Significant recent group exhibitions include Busan Biennale, Busan Museum of Art, Korea (2012); São Paulo Biennale, Brazil (2014); Selections from the Permanent Collection, Museum of Contemporary Art, Los Angeles (2014); Drawing Dialogues: Selections from the Sol LeWitt Collection, The Drawing Center, New York (2016); Whitney Biennial, Whitney Museum of American Art (2016); Calder to Kelly, Die amerikanische Sammlung, Kunstmuseum Winterthur, Switzerland (2017); The Absent Museum, WIELS, Brussels (2017); and Making Space: Women Artists and Postwar Abstraction, Museum of Modern Art, New York (2017). 

Her works are part of numerous public collections, including those of the Museum of Modern Art, New York; Tate Gallery, London; and Museum für Moderne Kunst, Frankfurt am Main. 

Anne Madden  

Anne Madden (b. 1932, London, UK) spent her first years in Chile. Her family moved to Europe when she was four and lived in Ireland and London. She attended the Chelsea School of Arts and Crafts. In 1958 she married the Irish painter Louis le Brocquy. Madden’s work, abstract at first glance, but generally with a figurative element, regularly carries references to her Irish background as well as reflecting on life and death.  

Madden’s works from the 1960s on are inspired by the glaciated landscape of the Burren, pre-historic landscape, notions of the empyrean and the subterranean, astronomy and megalithic structures.
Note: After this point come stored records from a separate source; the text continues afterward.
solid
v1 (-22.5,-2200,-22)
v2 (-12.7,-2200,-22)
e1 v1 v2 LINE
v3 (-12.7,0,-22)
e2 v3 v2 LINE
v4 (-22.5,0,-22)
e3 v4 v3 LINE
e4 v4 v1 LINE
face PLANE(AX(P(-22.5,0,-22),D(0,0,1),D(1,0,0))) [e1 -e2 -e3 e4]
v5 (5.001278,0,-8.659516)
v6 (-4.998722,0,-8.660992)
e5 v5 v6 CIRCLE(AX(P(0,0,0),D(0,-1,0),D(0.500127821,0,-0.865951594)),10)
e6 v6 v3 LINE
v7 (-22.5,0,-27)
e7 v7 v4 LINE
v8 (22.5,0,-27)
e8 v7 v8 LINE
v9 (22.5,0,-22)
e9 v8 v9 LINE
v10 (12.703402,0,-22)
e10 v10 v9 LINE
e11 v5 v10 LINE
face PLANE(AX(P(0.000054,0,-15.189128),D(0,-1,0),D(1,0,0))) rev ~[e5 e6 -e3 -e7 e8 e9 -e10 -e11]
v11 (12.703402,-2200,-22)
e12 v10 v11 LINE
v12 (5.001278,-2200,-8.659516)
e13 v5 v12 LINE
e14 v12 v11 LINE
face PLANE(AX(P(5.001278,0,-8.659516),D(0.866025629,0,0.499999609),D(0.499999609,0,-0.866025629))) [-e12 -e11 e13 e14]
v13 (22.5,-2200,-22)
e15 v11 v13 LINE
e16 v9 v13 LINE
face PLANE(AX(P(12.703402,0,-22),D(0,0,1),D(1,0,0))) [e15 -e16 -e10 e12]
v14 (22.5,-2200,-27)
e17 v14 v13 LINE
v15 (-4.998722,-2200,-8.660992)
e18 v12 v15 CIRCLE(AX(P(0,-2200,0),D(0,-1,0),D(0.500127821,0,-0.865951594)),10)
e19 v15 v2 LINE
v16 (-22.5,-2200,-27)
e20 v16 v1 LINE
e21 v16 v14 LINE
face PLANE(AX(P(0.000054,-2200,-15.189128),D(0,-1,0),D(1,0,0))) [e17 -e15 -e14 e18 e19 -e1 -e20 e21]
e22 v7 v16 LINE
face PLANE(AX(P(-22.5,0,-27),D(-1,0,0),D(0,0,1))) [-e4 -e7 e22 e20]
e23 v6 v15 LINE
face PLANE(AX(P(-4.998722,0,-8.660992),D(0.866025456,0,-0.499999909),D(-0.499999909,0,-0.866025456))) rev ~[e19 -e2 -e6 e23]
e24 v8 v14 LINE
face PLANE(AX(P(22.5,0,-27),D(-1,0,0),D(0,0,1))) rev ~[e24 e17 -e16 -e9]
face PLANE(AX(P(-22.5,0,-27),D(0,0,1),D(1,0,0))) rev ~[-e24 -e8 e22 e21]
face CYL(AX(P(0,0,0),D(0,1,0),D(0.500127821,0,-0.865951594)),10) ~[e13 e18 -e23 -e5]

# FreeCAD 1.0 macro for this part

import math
import FreeCAD as App
import Part
import Sketcher
from FreeCAD import Vector
Q = App.Units.Quantity

doc = App.newDocument("Part")
body = doc.addObject("PartDesign::Body", "Body")

# Sketch on XZ plane
sketch1 = body.newObject("Sketcher::SketchObject", "Sketch")
sketch1.AttachmentSupport = (doc.getObject("XZ_Plane"), [""])
sketch1.MapMode = "FlatFace"
sketch1.addGeometry([
    Part.ArcOfCircle(Part.Circle(Vector(0, 0, 0), Vector(0, 0, 1), 10), math.radians(-60), math.radians(240)),  # 0
    Part.LineSegment(Vector(-5, -9, 0), Vector(-13, -22, 0)),  # 1
    Part.LineSegment(Vector(-13, -22, 0), Vector(-22, -22, 0)),  # 2
    Part.LineSegment(Vector(-22, -22, 0), Vector(-22, -27, 0)),  # 3
    Part.LineSegment(Vector(-22, -27, 0), Vector(22, -27, 0)),  # 4
    Part.LineSegment(Vector(22, -27, 0), Vector(22, -22, 0)),  # 5
    Part.LineSegment(Vector(22, -22, 0), Vector(13, -22, 0)),  # 6
    Part.LineSegment(Vector(13, -22, 0), Vector(5, -9, 0)),  # 7
], False)
sketch1.addConstraint([
    Sketcher.Constraint("Coincident", 0, 2, 1, 1),
    Sketcher.Constraint("Coincident", 1, 2, 2, 1),
    Sketcher.Constraint("Coincident", 2, 2, 3, 1),
    Sketcher.Constraint("Coincident", 3, 2, 4, 1),
    Sketcher.Constraint("Coincident", 4, 2, 5, 1),
    Sketcher.Constraint("Coincident", 5, 2, 6, 1),
    Sketcher.Constraint("Coincident", 6, 2, 7, 1),
    Sketcher.Constraint("Coincident", 7, 2, 0, 1),
    Sketcher.Constraint("Horizontal", 2),
    Sketcher.Constraint("Vertical", 3),
    Sketcher.Constraint("Horizontal", 4),
    Sketcher.Constraint("Vertical", 5),
    Sketcher.Constraint("Horizontal", 6),
    Sketcher.Constraint("Coincident", 0, 3, -1, 1),
    Sketcher.Constraint("Symmetric", 2, 2, 5, 2, -2),
    Sketcher.Constraint("Radius", 0, 10.0),
    Sketcher.Constraint("DistanceX", 4, 1, 4, 2, 45.0),
    Sketcher.Constraint("DistanceY", 3, 2, 3, 1, 5.0),
    Sketcher.Constraint("Angle", 1, Q("-119.999994 deg")),
    Sketcher.Constraint("DistanceX", 2, 2, 2, 1, 9.8),
    Sketcher.Constraint("DistanceY", 1, 2, -1, 1, 22.0),
    Sketcher.Constraint("DistanceX", 0, 2, 7, 2, 10.0),
    Sketcher.Constraint("DistanceX", 1, 2, 6, 2, 25.403402),
])
pad1 = body.newObject("PartDesign::Pad", "Pad")
pad1.Profile = sketch1
pad1.Length = 2200

doc.recompute()
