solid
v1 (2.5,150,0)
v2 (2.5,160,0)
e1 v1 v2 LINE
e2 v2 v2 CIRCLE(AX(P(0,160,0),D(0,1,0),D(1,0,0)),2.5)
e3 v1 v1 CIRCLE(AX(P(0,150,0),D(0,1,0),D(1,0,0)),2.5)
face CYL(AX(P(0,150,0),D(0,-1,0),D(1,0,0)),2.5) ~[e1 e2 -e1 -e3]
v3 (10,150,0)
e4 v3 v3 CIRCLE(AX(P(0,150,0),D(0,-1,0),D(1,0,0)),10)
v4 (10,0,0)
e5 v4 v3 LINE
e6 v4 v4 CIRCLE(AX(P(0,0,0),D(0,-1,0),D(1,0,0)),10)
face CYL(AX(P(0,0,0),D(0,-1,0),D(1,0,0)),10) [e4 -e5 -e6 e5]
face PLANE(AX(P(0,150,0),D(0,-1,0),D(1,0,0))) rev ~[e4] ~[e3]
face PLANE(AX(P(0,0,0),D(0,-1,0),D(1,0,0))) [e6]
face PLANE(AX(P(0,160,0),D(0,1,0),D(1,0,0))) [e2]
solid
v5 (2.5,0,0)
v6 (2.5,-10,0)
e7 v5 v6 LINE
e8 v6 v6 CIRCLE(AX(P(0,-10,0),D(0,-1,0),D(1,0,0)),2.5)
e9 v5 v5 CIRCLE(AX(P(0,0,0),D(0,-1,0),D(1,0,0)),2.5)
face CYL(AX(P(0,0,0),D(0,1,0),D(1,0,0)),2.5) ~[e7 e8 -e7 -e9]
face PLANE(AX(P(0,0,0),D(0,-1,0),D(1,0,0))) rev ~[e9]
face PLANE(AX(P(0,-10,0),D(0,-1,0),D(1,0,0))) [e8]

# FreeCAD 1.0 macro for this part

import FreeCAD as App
import Part
import Sketcher

V = App.Vector
Q = App.Units.Quantity

doc = App.newDocument("Part")
body = doc.addObject("PartDesign::Body", "Body")

sketch1 = doc.addObject("Sketcher::SketchObject", "Sketch")
body.addObject(sketch1)
sketch1.AttachmentSupport = (doc.XZ_Plane, [""])
sketch1.MapMode = "FlatFace"
sketch1.addGeometry(Part.Circle(V(0, 0, 0), V(0, 0, 1), 10), False)
sketch1.addConstraint(Sketcher.Constraint("Coincident", 0, 3, -1, 1))
sketch1.addConstraint(Sketcher.Constraint("Diameter", 0, Q("20 mm")))
pad1 = doc.addObject("PartDesign::Pad", "Pad")
body.addObject(pad1)
pad1.Profile = sketch1
pad1.Length = 150
pad1.Reversed = True

sketch2 = doc.addObject("Sketcher::SketchObject", "Sketch001")
body.addObject(sketch2)
sketch2.AttachmentSupport = (doc.XZ_Plane, [""])
sketch2.MapMode = "FlatFace"
sketch2.AttachmentOffset = App.Placement(V(0, 0, -150), App.Rotation())
sketch2.addGeometry(Part.Circle(V(0, 0, 0), V(0, 0, 1), 2.5), False)
sketch2.addConstraint(Sketcher.Constraint("Coincident", 0, 3, -1, 1))
sketch2.addConstraint(Sketcher.Constraint("Diameter", 0, Q("5 mm")))
pad2 = doc.addObject("PartDesign::Pad", "Pad001")
body.addObject(pad2)
pad2.Profile = sketch2
pad2.Length = 10
pad2.Reversed = True
body2 = doc.addObject("PartDesign::Body", "Body001")

sketch3 = doc.addObject("Sketcher::SketchObject", "Sketch002")
body2.addObject(sketch3)
sketch3.AttachmentSupport = (doc.getObject("XZ_Plane001"), [""])
sketch3.MapMode = "FlatFace"
sketch3.addGeometry(Part.Circle(V(0, 0, 0), V(0, 0, 1), 2.5), False)
sketch3.addConstraint(Sketcher.Constraint("Coincident", 0, 3, -1, 1))
sketch3.addConstraint(Sketcher.Constraint("Diameter", 0, Q("5 mm")))
pad3 = doc.addObject("PartDesign::Pad", "Pad002")
body2.addObject(pad3)
pad3.Profile = sketch3
pad3.Length = 10

doc.recompute()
While another aspect of her practice during this time responded to the conflict in Northern Ireland.   

From the 1990s, Madden’s works reflected ancient Mediterranean civilizations in series such as Pompeii, Oddessy and Garden that draw on themes of death, rebirth, liminality, hubris and human imprint.   

Since the 2000s she has responded to climate, weather patterns, the Aurora Borealis and the effects of the Anthropocene as well as existential, feminist perspectives through ancient cycles.   

Madden has exhibited widely, including a significant retrospective at IMMA in 2007. She is a member of Aosdána and is represented by Taylor Galleries, Dublin.